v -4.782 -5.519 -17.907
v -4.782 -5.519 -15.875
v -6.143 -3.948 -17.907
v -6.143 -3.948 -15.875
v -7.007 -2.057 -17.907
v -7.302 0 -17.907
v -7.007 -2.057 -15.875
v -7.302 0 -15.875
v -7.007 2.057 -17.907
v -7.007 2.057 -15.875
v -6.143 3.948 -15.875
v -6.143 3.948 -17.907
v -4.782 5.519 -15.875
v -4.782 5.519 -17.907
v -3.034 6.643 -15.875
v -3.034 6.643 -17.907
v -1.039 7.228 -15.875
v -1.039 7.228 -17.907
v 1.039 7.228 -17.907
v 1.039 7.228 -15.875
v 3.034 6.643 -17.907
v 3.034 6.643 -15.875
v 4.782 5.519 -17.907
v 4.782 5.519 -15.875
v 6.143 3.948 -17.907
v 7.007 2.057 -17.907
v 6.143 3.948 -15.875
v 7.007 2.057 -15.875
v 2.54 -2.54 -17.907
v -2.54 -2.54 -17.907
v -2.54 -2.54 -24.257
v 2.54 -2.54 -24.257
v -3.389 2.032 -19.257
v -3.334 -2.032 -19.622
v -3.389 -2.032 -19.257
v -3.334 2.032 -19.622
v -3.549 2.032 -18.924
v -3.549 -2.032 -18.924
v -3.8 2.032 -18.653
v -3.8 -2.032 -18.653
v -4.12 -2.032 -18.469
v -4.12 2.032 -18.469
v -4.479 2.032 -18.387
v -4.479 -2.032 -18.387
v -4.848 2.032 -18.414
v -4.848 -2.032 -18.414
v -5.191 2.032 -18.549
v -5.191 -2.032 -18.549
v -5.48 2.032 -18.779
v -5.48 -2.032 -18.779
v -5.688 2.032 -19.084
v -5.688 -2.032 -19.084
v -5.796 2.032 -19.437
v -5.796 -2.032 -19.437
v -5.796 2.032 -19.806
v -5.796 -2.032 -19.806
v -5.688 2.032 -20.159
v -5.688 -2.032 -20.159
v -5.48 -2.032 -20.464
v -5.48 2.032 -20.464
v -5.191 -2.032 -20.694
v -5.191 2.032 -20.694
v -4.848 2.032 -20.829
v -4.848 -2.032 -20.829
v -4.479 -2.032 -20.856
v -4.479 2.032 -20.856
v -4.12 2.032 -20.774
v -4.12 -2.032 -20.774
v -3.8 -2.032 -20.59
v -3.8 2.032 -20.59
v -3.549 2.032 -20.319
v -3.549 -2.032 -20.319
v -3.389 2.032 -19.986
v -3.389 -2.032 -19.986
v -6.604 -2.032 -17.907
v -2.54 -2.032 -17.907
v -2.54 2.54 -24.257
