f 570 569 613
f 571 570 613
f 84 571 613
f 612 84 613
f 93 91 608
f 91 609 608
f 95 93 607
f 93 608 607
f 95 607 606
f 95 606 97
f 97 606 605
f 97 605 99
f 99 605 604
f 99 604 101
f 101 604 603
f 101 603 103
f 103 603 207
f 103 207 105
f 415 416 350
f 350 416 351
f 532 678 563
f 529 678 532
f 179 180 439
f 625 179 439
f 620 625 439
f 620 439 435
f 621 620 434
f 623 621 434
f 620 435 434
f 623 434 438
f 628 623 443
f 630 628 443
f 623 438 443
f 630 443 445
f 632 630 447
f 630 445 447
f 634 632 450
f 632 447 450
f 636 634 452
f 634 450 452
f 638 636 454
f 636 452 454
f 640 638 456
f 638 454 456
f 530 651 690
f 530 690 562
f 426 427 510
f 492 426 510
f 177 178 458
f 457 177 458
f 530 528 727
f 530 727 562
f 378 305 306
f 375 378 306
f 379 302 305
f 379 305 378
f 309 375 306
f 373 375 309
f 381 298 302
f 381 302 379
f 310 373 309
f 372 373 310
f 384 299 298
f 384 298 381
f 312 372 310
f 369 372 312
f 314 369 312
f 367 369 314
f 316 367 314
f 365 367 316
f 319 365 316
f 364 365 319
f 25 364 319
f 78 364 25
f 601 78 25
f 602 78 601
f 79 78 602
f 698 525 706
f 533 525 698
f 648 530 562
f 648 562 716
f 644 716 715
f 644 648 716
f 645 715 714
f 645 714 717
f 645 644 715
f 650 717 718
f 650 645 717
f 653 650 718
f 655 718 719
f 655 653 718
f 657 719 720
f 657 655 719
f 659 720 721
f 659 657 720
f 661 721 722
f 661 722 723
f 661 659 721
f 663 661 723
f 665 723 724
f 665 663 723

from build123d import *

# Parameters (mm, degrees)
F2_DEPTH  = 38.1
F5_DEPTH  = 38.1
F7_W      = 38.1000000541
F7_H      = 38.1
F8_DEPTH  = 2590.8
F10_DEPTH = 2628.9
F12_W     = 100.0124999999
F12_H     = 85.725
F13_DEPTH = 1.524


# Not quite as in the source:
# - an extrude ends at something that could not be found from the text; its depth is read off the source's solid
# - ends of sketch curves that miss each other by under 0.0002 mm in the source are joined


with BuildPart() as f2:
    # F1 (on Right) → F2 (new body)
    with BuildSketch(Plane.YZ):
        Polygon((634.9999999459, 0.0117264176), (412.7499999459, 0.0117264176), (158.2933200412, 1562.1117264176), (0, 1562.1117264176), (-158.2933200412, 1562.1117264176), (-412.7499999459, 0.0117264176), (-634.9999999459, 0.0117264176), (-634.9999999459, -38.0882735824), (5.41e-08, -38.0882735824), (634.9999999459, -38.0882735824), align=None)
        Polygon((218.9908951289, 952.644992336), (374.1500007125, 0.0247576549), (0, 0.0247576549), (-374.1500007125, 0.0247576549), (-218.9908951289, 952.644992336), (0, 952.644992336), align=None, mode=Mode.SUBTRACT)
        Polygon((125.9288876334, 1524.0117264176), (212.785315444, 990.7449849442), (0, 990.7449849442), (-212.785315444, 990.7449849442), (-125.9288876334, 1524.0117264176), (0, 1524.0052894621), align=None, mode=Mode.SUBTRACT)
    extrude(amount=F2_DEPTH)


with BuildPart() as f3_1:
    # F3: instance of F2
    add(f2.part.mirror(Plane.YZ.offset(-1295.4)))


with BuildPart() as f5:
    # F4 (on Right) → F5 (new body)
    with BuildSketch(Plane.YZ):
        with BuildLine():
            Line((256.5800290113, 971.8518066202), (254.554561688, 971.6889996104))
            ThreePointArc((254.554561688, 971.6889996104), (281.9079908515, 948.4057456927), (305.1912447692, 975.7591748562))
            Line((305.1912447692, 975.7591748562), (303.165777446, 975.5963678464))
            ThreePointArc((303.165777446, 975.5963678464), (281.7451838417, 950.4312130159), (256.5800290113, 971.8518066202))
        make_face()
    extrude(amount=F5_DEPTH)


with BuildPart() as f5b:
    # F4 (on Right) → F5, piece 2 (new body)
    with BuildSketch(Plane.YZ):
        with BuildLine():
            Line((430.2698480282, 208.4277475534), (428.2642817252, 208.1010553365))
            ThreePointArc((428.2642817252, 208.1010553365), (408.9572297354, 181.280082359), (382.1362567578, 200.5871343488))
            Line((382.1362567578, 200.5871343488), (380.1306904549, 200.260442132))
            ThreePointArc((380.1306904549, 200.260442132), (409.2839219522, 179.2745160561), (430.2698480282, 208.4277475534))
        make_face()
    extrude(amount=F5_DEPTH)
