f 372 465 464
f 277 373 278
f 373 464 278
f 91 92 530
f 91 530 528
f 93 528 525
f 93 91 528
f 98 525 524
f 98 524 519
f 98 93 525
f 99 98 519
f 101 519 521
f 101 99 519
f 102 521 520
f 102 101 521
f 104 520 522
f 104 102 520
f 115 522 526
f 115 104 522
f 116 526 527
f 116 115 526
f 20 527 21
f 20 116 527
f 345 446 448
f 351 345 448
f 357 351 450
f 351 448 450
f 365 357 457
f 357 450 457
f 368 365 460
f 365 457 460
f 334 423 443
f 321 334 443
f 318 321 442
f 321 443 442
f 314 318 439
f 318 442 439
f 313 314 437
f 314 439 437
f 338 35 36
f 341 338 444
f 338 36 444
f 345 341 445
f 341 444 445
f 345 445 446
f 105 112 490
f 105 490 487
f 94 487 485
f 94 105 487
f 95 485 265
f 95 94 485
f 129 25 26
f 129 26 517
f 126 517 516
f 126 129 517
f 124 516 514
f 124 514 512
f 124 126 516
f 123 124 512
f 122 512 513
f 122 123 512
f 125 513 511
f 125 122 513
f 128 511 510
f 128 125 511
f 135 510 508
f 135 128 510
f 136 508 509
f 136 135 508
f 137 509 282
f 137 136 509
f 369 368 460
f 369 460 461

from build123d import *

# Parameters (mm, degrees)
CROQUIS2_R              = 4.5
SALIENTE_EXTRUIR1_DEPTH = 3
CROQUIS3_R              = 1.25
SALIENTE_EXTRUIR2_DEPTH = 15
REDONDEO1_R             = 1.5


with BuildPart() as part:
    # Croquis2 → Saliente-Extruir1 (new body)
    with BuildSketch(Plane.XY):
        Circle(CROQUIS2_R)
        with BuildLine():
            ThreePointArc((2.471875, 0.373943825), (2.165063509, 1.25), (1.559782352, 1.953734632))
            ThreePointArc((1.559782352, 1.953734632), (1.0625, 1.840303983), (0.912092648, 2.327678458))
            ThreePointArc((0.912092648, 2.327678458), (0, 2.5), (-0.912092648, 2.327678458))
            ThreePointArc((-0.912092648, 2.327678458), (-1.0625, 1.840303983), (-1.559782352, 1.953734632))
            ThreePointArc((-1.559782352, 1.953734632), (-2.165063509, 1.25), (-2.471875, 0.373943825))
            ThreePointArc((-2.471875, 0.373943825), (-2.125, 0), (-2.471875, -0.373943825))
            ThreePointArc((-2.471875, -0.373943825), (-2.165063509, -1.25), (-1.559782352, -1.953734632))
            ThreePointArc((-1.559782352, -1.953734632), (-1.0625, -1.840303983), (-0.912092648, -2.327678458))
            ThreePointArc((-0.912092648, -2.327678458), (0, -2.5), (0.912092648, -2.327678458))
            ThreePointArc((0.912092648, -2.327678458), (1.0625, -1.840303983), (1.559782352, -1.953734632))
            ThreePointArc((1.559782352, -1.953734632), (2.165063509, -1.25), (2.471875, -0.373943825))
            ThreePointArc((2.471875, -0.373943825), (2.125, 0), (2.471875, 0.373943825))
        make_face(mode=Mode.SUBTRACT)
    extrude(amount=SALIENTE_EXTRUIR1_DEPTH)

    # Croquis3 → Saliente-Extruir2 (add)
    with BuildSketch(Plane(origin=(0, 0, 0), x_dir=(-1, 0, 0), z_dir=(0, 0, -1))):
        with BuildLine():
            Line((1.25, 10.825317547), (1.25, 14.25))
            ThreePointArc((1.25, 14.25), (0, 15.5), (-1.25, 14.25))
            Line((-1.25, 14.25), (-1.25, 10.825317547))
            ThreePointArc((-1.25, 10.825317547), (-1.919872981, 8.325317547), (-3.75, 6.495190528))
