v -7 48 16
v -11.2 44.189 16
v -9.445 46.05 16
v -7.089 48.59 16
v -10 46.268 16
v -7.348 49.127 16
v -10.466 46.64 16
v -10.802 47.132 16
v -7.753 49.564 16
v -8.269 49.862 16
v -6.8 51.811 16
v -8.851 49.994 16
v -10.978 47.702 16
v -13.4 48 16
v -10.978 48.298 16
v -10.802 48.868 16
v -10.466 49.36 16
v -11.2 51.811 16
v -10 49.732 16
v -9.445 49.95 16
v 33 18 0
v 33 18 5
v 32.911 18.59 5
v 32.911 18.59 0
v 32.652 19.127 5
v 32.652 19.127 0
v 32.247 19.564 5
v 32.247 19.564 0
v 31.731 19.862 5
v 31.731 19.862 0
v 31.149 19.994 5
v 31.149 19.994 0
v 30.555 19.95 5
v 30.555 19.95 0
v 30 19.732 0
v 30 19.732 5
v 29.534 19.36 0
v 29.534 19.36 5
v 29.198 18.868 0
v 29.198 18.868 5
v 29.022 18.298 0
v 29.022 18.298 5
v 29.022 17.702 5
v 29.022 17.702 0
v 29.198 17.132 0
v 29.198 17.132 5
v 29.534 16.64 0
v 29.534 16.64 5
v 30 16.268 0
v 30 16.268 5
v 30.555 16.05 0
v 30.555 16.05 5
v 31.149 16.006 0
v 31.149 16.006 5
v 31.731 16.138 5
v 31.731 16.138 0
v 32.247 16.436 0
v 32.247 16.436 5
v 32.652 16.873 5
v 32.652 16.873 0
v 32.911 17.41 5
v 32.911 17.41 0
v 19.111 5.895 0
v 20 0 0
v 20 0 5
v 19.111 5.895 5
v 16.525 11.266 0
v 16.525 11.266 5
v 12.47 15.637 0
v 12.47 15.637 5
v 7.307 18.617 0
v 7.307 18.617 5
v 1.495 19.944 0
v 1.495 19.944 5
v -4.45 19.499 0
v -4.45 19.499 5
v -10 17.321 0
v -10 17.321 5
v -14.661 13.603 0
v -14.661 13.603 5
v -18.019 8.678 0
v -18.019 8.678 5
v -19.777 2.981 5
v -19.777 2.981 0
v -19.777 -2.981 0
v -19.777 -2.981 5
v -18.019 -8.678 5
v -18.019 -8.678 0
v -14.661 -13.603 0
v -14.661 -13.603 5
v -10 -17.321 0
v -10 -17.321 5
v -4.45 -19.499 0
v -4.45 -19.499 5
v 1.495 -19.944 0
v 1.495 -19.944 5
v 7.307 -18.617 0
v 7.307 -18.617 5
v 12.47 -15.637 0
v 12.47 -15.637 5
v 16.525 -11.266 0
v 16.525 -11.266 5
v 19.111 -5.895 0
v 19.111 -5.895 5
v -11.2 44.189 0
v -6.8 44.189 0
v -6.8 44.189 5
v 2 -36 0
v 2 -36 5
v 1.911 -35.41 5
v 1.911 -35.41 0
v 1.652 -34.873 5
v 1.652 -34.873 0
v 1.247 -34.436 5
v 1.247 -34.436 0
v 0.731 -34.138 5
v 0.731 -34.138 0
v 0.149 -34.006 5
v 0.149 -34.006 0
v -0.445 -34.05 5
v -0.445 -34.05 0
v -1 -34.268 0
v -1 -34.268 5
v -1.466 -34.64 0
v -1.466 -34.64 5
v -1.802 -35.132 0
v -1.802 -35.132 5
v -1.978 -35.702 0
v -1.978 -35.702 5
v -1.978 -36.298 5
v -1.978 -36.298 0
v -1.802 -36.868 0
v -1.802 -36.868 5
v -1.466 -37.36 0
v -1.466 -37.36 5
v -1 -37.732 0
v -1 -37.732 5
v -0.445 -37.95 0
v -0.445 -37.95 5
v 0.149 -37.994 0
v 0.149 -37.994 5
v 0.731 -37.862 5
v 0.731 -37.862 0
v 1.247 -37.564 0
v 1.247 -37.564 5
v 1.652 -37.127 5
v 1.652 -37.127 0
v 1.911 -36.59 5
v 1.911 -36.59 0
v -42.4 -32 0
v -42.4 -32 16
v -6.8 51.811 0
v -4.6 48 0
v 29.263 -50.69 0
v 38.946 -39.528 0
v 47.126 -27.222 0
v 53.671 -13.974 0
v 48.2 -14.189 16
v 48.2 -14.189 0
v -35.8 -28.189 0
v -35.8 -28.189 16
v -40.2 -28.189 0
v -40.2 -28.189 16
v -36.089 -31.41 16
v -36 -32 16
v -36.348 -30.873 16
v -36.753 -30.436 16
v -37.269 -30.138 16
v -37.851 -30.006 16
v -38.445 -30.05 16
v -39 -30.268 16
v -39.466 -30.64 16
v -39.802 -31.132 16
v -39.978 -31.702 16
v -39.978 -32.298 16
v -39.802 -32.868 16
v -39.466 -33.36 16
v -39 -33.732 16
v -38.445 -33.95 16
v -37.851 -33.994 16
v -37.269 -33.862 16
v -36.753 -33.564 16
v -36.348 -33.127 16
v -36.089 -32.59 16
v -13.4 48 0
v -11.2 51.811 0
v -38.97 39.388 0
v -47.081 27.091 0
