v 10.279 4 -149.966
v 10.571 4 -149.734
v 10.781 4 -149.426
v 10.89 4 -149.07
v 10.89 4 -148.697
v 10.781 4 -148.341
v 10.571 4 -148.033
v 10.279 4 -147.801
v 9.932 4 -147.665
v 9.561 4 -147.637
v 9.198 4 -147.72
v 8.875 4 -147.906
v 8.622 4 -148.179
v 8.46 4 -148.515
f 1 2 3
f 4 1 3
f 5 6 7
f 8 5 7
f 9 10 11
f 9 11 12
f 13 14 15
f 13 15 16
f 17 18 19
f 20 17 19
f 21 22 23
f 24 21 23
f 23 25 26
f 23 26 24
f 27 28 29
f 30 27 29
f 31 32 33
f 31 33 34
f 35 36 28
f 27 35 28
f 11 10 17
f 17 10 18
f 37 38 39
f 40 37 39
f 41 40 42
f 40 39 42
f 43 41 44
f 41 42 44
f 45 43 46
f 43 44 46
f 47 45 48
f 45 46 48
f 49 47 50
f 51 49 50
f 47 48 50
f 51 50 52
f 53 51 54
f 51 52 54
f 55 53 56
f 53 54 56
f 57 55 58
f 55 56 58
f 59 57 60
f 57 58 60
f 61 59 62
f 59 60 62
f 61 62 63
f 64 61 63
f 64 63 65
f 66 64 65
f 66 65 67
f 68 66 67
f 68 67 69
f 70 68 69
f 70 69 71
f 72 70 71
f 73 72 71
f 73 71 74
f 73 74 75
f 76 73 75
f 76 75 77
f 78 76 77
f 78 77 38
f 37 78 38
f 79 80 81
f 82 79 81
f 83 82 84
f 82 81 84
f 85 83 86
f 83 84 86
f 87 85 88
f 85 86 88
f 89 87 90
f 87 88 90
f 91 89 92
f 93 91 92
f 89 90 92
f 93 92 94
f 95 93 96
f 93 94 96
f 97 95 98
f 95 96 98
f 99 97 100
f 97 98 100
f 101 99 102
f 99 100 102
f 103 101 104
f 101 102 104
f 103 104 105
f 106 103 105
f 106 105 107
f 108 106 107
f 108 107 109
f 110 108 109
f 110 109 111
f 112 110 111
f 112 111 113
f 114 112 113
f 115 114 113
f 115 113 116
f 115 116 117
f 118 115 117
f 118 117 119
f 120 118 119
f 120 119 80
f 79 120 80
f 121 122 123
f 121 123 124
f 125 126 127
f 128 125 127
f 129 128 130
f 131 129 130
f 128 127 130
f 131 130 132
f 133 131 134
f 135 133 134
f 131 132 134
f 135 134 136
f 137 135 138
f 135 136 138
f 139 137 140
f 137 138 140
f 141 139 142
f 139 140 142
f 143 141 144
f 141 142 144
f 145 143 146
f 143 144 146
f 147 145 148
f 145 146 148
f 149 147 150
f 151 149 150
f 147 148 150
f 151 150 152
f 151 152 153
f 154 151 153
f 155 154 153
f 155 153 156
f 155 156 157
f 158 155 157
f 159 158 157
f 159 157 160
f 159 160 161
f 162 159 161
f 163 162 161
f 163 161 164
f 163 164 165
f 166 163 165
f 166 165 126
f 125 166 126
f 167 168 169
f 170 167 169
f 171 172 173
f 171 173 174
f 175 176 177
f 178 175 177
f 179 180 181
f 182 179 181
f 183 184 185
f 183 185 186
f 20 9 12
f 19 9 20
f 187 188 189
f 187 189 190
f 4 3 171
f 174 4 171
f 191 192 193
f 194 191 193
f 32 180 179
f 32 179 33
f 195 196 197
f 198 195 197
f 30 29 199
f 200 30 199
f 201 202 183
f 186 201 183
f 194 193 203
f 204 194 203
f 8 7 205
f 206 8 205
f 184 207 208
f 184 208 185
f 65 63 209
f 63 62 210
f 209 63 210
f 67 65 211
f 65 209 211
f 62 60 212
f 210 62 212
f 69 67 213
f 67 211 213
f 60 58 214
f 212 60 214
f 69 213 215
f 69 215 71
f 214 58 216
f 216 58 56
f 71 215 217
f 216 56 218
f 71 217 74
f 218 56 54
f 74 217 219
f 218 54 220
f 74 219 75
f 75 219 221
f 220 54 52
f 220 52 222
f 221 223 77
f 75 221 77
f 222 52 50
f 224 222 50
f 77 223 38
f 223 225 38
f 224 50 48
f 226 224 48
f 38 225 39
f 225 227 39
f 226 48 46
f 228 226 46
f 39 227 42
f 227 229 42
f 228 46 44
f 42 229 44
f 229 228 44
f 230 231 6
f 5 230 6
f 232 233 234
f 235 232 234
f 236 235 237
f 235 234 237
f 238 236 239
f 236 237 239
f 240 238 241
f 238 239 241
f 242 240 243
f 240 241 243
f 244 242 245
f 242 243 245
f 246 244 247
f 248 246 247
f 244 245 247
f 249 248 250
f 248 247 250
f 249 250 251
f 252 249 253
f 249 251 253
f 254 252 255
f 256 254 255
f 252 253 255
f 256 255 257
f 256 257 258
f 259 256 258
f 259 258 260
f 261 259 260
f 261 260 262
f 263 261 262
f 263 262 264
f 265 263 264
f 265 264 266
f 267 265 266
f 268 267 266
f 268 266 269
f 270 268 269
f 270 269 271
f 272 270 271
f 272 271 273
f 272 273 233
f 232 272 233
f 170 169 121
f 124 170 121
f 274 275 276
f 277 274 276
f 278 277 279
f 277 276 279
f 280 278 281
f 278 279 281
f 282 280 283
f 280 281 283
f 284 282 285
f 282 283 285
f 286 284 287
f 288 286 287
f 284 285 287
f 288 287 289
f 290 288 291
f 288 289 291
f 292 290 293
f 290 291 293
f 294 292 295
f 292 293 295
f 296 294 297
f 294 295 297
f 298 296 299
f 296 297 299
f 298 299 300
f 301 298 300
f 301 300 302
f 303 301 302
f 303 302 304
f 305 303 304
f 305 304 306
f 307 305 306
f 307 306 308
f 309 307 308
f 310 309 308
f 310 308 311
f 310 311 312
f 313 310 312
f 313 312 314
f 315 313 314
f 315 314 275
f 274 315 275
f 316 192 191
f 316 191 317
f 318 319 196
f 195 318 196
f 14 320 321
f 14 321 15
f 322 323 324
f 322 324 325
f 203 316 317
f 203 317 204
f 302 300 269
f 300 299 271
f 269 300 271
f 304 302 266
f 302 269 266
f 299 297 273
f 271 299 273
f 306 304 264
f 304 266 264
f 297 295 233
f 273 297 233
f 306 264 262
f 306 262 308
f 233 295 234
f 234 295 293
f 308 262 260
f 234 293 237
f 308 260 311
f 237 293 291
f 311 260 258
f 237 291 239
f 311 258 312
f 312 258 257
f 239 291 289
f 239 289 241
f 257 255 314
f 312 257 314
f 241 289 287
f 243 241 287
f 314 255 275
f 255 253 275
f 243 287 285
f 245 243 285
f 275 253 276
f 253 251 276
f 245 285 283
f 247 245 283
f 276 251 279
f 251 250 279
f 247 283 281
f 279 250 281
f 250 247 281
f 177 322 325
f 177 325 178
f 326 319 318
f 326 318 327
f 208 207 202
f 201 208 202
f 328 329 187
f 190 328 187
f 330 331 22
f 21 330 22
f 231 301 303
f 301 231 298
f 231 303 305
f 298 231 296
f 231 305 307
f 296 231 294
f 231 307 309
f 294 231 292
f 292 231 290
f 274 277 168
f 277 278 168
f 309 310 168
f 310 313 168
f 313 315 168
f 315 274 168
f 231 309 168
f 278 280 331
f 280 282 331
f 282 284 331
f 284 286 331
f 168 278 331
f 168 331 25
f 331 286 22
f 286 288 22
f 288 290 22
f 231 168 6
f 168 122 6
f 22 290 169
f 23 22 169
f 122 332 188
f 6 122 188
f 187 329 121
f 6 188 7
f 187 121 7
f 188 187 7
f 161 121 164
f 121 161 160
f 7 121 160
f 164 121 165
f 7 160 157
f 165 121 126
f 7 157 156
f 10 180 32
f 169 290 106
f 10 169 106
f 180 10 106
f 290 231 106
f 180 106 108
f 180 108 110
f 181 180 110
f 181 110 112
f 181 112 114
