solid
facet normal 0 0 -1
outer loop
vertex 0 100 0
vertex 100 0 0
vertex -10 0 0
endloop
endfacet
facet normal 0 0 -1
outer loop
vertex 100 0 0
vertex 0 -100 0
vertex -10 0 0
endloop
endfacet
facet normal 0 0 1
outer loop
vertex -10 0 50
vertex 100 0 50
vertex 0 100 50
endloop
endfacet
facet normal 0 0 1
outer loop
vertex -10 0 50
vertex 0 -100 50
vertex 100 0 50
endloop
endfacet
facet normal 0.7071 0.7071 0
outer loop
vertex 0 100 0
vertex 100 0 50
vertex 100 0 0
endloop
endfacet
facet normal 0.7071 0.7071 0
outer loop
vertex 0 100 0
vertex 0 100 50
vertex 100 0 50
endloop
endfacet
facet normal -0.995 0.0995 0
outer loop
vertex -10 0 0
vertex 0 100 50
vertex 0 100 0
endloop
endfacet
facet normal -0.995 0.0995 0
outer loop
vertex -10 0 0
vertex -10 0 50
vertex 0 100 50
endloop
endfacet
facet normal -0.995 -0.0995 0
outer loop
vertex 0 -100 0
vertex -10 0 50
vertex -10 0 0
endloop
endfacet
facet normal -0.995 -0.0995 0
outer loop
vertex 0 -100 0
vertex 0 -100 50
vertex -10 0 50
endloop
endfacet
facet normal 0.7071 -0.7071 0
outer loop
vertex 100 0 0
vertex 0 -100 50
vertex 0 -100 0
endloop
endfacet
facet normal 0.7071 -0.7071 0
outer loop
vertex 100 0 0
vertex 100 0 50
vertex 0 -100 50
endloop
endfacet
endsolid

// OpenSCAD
linear_extrude(50.0000){polygon(points=[[100.0,0.0],[0.0,100.0],[-10.0,0.0],[0.0,-100.0]]);}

#### Work request:
For this exercise, please output exactly the lines above starting at the line with "v 7.307 -18.617 5" and ending at the line with "v 1.652 -34.873 0", ends included.

#### Exercise answer:
v 7.307 -18.617 5
v 12.47 -15.637 0
v 12.47 -15.637 5
v 16.525 -11.266 0
v 16.525 -11.266 5
v 19.111 -5.895 0
v 19.111 -5.895 5
v -11.2 44.189 0
v -6.8 44.189 0
v -6.8 44.189 5
v 2 -36 0
v 2 -36 5
v 1.911 -35.41 5
v 1.911 -35.41 0
v 1.652 -34.873 5
v 1.652 -34.873 0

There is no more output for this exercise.